Suddenly, I decided to toy with him a little. "I don't know. Would you?"

"I'd sooner eat dirt," he said with a look of indignation.

"Really, you'd do that?"

He threw me a puzzled look. "Do what?"

"Eat dirt if I told you to," I said. I knew I was being cruel like when I'd taunt him if he didn't know some big word. But there was something fascinating- albeit in a sick way- about teasing Hassan.

His eyes searched my face for a long time.

"If you asked, I would," he finally said, looking right at me. I dropped my eyes. To this day, I find it hard to gaze directly at people like Hassan, people who mean every word they say.

"But I wonder," he added. "Would you ever ask me to do such a thing, Amir agha?" And just like that, he had thrown at me his own little test. If I was going to toy with him and challenge his loyalty, then he'd toy with me, test my integrity. I wished I hadn't started this conversation. I forced a smile. "Don't be stupid Hassan. You know I wouldn't."

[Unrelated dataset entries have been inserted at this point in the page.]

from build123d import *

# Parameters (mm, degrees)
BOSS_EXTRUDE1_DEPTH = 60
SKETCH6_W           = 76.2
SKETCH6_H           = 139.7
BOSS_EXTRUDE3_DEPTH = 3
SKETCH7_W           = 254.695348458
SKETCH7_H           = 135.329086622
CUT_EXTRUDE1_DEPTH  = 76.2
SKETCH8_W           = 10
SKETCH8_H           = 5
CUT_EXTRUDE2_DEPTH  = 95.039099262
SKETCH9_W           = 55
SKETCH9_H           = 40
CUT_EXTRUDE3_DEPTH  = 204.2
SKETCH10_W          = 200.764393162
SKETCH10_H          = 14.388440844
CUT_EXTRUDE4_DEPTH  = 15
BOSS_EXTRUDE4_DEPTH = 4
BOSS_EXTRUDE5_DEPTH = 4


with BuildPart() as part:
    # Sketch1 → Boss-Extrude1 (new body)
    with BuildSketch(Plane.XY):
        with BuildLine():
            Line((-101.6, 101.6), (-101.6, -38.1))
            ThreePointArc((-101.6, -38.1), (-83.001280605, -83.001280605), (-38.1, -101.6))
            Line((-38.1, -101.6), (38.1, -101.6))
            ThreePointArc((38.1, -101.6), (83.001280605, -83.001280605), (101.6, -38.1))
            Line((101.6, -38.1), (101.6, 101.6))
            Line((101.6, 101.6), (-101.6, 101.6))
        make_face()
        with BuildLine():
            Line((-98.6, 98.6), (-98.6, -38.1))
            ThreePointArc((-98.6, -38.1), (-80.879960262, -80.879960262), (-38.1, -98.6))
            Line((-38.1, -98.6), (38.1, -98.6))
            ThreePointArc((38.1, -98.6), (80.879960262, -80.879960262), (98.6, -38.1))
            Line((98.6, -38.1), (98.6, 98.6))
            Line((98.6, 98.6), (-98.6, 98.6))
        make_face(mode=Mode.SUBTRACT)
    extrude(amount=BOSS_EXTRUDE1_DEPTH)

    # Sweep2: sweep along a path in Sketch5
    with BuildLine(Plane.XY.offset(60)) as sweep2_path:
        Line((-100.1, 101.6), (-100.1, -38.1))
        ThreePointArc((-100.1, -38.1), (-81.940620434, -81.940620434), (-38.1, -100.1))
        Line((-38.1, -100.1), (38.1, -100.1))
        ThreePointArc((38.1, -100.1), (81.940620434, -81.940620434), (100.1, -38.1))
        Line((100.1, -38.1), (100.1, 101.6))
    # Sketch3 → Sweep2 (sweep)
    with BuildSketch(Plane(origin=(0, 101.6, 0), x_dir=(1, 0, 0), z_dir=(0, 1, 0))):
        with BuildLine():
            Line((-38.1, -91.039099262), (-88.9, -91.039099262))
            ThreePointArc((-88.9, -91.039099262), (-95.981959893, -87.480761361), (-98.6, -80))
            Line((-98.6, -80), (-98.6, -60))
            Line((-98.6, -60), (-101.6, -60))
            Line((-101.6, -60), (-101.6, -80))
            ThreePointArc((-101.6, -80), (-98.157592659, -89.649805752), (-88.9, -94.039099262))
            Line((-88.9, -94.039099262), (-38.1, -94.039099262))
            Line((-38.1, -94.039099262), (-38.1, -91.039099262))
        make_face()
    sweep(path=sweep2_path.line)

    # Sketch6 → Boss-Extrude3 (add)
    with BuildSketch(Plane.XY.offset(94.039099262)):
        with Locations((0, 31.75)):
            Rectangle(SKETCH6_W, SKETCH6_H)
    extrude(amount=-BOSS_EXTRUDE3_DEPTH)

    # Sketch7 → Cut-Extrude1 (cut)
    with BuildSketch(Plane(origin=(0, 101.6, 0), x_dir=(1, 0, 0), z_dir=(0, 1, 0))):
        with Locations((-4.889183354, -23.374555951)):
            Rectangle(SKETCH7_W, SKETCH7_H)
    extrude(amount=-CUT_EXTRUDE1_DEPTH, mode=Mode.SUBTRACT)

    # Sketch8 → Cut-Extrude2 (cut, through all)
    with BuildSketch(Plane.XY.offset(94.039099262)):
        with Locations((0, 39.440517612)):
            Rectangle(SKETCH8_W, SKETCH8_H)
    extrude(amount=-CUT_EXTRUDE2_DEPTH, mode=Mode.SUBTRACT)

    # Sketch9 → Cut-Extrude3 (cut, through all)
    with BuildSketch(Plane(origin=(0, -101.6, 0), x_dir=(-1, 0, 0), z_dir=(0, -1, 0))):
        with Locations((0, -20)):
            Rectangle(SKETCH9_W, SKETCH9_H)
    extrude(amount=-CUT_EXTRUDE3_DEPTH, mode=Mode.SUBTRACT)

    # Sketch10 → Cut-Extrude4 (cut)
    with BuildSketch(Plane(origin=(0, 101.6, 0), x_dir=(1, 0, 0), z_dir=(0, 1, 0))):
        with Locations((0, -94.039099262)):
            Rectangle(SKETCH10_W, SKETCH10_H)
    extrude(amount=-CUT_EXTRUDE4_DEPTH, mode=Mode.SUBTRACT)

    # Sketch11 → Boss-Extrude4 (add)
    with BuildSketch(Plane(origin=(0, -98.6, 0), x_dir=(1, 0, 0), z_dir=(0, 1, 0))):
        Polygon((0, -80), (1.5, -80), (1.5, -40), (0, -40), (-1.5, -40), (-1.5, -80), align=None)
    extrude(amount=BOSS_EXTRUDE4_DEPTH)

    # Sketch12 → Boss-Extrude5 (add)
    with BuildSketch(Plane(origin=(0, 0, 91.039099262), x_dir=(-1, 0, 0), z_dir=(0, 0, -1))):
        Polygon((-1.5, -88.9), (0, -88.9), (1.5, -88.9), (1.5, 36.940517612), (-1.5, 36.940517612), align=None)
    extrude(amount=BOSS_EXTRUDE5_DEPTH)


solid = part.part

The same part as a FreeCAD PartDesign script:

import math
import FreeCAD as App
import Part
import Sketcher

V = App.Vector


def add_polygon(sketch, points):
    """Adds a closed chain of lines whose ends are joined by coincident constraints."""
    first, n = sketch.GeometryCount, len(points)
    for a, b in zip(points, points[1:] + points[:1]):
        sketch.addGeometry(Part.LineSegment(App.Vector(*a, 0), App.Vector(*b, 0)), False)
    for i in range(n):
        sketch.addConstraint(Sketcher.Constraint("Coincident", first + i, 2, first + (i + 1) % n, 1))

doc = App.newDocument("Part")
body = doc.addObject("PartDesign::Body", "Body")

# Sketch on XY plane
sketch1 = body.newObject("Sketcher::SketchObject", "Sketch")
sketch1.AttachmentSupport = (doc.getObject("XY_Plane"), [""])
sketch1.MapMode = "FlatFace"
sketch1.addGeometry([
    Part.LineSegment(V(-101.6, 101.6, 0), V(-101.6, -38.1, 0)),  # 0
    Part.ArcOfCircle(Part.Circle(V(-38.1, -38.1, 0), V(0, 0, 1), 63.5), math.radians(-180), math.radians(-90)),  # 1
    Part.LineSegment(V(-38.1, -101.6, 0), V(38.1, -101.6, 0)),  # 2
    Part.ArcOfCircle(Part.Circle(V(38.1, -38.1, 0), V(0, 0, 1), 63.5), math.radians(-90), math.radians(0)),  # 3
    Part.LineSegment(V(101.6, -38.1, 0), V(101.6, 101.6, 0)),  # 4
    Part.LineSegment(V(101.6, 101.6, 0), V(-101.6, 101.6, 0)),  # 5
    Part.LineSegment(V(-98.6, -38.1, 0), V(-98.6, 98.6, 0)),  # 6
    Part.LineSegment(V(-98.6, 98.6, 0), V(98.6, 98.6, 0)),  # 7
    Part.LineSegment(V(98.6, 98.6, 0), V(98.6, -38.1, 0)),  # 8
    Part.ArcOfCircle(Part.Circle(V(38.1, -38.1, 0), V(0, 0, 1), 60.5), math.radians(-90), math.radians(0)),  # 9
    Part.LineSegment(V(38.1, -98.6, 0), V(-38.1, -98.6, 0)),  # 10
    Part.ArcOfCircle(Part.Circle(V(-38.1, -38.1, 0), V(0, 0, 1), 60.5), math.radians(180), math.radians(270)),  # 11
], False)
sketch1.addConstraint([
    Sketcher.Constraint("Tangent", 0, 2, 1, 1),
    Sketcher.Constraint("Tangent", 1, 2, 2, 1),
    Sketcher.Constraint("Tangent", 2, 2, 3, 1),
    Sketcher.Constraint("Tangent", 3, 2, 4, 1),
    Sketcher.Constraint("Coincident", 4, 2, 5, 1),
    Sketcher.Constraint("Coincident", 5, 2, 0, 1),
    Sketcher.Constraint("Coincident", 6, 2, 7, 1),
    Sketcher.Constraint("Coincident", 7, 2, 8, 1),
    Sketcher.Constraint("Tangent", 8, 2, 9, 2),
    Sketcher.Constraint("Tangent", 9, 1, 10, 1),
    Sketcher.Constraint("Tangent", 10, 2, 11, 2),
    Sketcher.Constraint("Tangent", 11, 1, 6, 1),
    Sketcher.Constraint("Vertical", 0),
    Sketcher.Constraint("Horizontal", 2),
    Sketcher.Constraint("Vertical", 4),
    Sketcher.Constraint("Horizontal", 5),
    Sketcher.Constraint("Vertical", 6),
    Sketcher.Constraint("Horizontal", 7),
    Sketcher.Constraint("Vertical", 8),
    Sketcher.Constraint("Horizontal", 10),
    Sketcher.Constraint("Coincident", 9, 3, 3, 3),
    Sketcher.Constraint("Coincident", 11, 3, 1, 3),
    Sketcher.Constraint("Equal", 1, 3),
    Sketcher.Constraint("Radius", 1, 63.5),
    Sketcher.Constraint("Radius", 9, 60.5),
    Sketcher.Constraint("DistanceX", 2, 1, 2, 2, 76.2),
    Sketcher.Constraint("DistanceY", 0, 2, 0, 1, 139.7),
    Sketcher.Constraint("DistanceY", 6, 1, 6, 2, 136.7),
    Sketcher.Constraint("DistanceX", 1, 3, -1, 1, 38.1),
    Sketcher.Constraint("DistanceY", 1, 3, -1, 1, 38.1),
])
pad1 = body.newObject("PartDesign::Pad", "Pad")
pad1.Profile = sketch1
pad1.Length = 60

# Sketch on XZ plane
sketch2 = body.newObject("Sketcher::SketchObject", "Sketch001")
sketch2.AttachmentSupport = (doc.getObject("XZ_Plane"), [""])
sketch2.MapMode = "FlatFace"
sketch2.AttachmentOffset = App.Placement(V(0, 0, -101.6), App.Rotation())
sketch2.addGeometry([
    Part.LineSegment(V(-38.1, 91.039099, 0), V(-88.9, 91.039099, 0)),  # 0
    Part.ArcOfCircle(Part.Circle(V(-88.041165, 80.503225, 0), V(0, 0, 1), 10.57082), math.radians(94.660181), math.radians(182.728604)),  # 1
    Part.LineSegment(V(-98.6, 80, 0), V(-98.6, 60, 0)),  # 2
    Part.LineSegment(V(-98.6, 60, 0), V(-101.6, 60, 0)),  # 3
    Part.LineSegment(V(-101.6, 60, 0), V(-101.6, 80, 0)),  # 4
    Part.ArcOfCircle(Part.Circle(V(-88.23045, 80.66955, 0), V(0, 0, 1), 13.386305), math.radians(92.866988), math.radians(182.866988)),  # 5
    Part.LineSegment(V(-88.9, 94.039099, 0), V(-38.1, 94.039099, 0)),  # 6
    Part.LineSegment(V(-38.1, 94.039099, 0), V(-38.1, 91.039099, 0)),  # 7
], False)
sketch2.addConstraint([
    Sketcher.Constraint("Coincident", 0, 2, 1, 1),
    Sketcher.Constraint("Coincident", 1, 2, 2, 1),
    Sketcher.Constraint("Coincident", 2, 2, 3, 1),
    Sketcher.Constraint("Coincident", 3, 2, 4, 1),
    Sketcher.Constraint("Coincident", 4, 2, 5, 2),
    Sketcher.Constraint("Coincident", 5, 1, 6, 1),
    Sketcher.Constraint("Coincident", 6, 2, 7, 1),
    Sketcher.Constraint("Coincident", 7, 2, 0, 1),
    Sketcher.Constraint("Horizontal", 0),
    Sketcher.Constraint("Vertical", 2),
    Sketcher.Constraint("Horizontal", 3),
    Sketcher.Constraint("Vertical", 4),
    Sketcher.Constraint("Horizontal", 6),
    Sketcher.Constraint("Vertical", 7),
    Sketcher.Constraint("Horizontal", 1, 2, 4, 2),
    Sketcher.Constraint("Vertical", 0, 2, 5, 1),
    Sketcher.Constraint("Equal", 3, 7),
    Sketcher.Constraint("DistanceX", 3, 2, 3, 1, 3.0),
    Sketcher.Constraint("DistanceY", 2, 2, 2, 1, 20.0),
    Sketcher.Constraint("DistanceX", 0, 2, 0, 1, 50.8),
    Sketcher.Constraint("DistanceY", -1, 1, 1, 2, 80.0),
    Sketcher.Constraint("DistanceX", 0, 2, -1, 1, 88.9),
    Sketcher.Constraint("DistanceX", 1, 2, -1, 1, 98.6),
    Sketcher.Constraint("Radius", 1, 10.57082),
    Sketcher.Constraint("Radius", 5, 13.386305),
    Sketcher.Constraint("DistanceY", -1, 1, 0, 2, 91.039099),
])

# Sketch on XY plane
sketch3 = body.newObject("Sketcher::SketchObject", "Sketch002")
sketch3.AttachmentSupport = (doc.getObject("XY_Plane"), [""])
sketch3.MapMode = "FlatFace"
sketch3.AttachmentOffset = App.Placement(V(0, 0, 60), App.Rotation())
sketch3.addGeometry([
    Part.LineSegment(V(-100.1, 101.6, 0), V(-100.1, -38.1, 0)),  # 0
    Part.ArcOfCircle(Part.Circle(V(-38.1, -38.1, 0), V(0, 0, 1), 62), math.radians(180), math.radians(270)),  # 1
    Part.LineSegment(V(-38.1, -100.1, 0), V(38.1, -100.1, 0)),  # 2
    Part.ArcOfCircle(Part.Circle(V(38.1, -38.1, 0), V(0, 0, 1), 62), math.radians(-90), math.radians(0)),  # 3
    Part.LineSegment(V(100.1, -38.1, 0), V(100.1, 101.6, 0)),  # 4
], False)
sketch3.addConstraint([
    Sketcher.Constraint("Tangent", 0, 2, 1, 1),
    Sketcher.Constraint("Tangent", 1, 2, 2, 1),
    Sketcher.Constraint("Tangent", 2, 2, 3, 1),
    Sketcher.Constraint("Tangent", 3, 2, 4, 1),
    Sketcher.Constraint("Vertical", 0),
    Sketcher.Constraint("Horizontal", 2),
    Sketcher.Constraint("Vertical", 4),
    Sketcher.Constraint("Equal", 1, 3),
    Sketcher.Constraint("Symmetric", 0, 1, 4, 2, -2),
    Sketcher.Constraint("Radius", 1, 62.0),
    Sketcher.Constraint("DistanceX", 2, 1, 2, 2, 76.2),
    Sketcher.Constraint("DistanceY", 0, 2, 0, 1, 139.7),
    Sketcher.Constraint("DistanceY", 1, 3, -1, 1, 38.1),
])
doc.recompute()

Hassan returned the smile. Except his didn't look forced. "I know," he said. And that's the thing about people who mean everything they say. They think everyone else does too.


how awesome was this scene? i loved Hassan's character. he was so pure by heart. however, i loved Amir's character too. i admit that in the beginning what he did was horrible, watching his then 'servant' be raped by that beast Assef. however, every step he takes is so realistic. we all aspire to be Hassan but we are in many ways like Amir.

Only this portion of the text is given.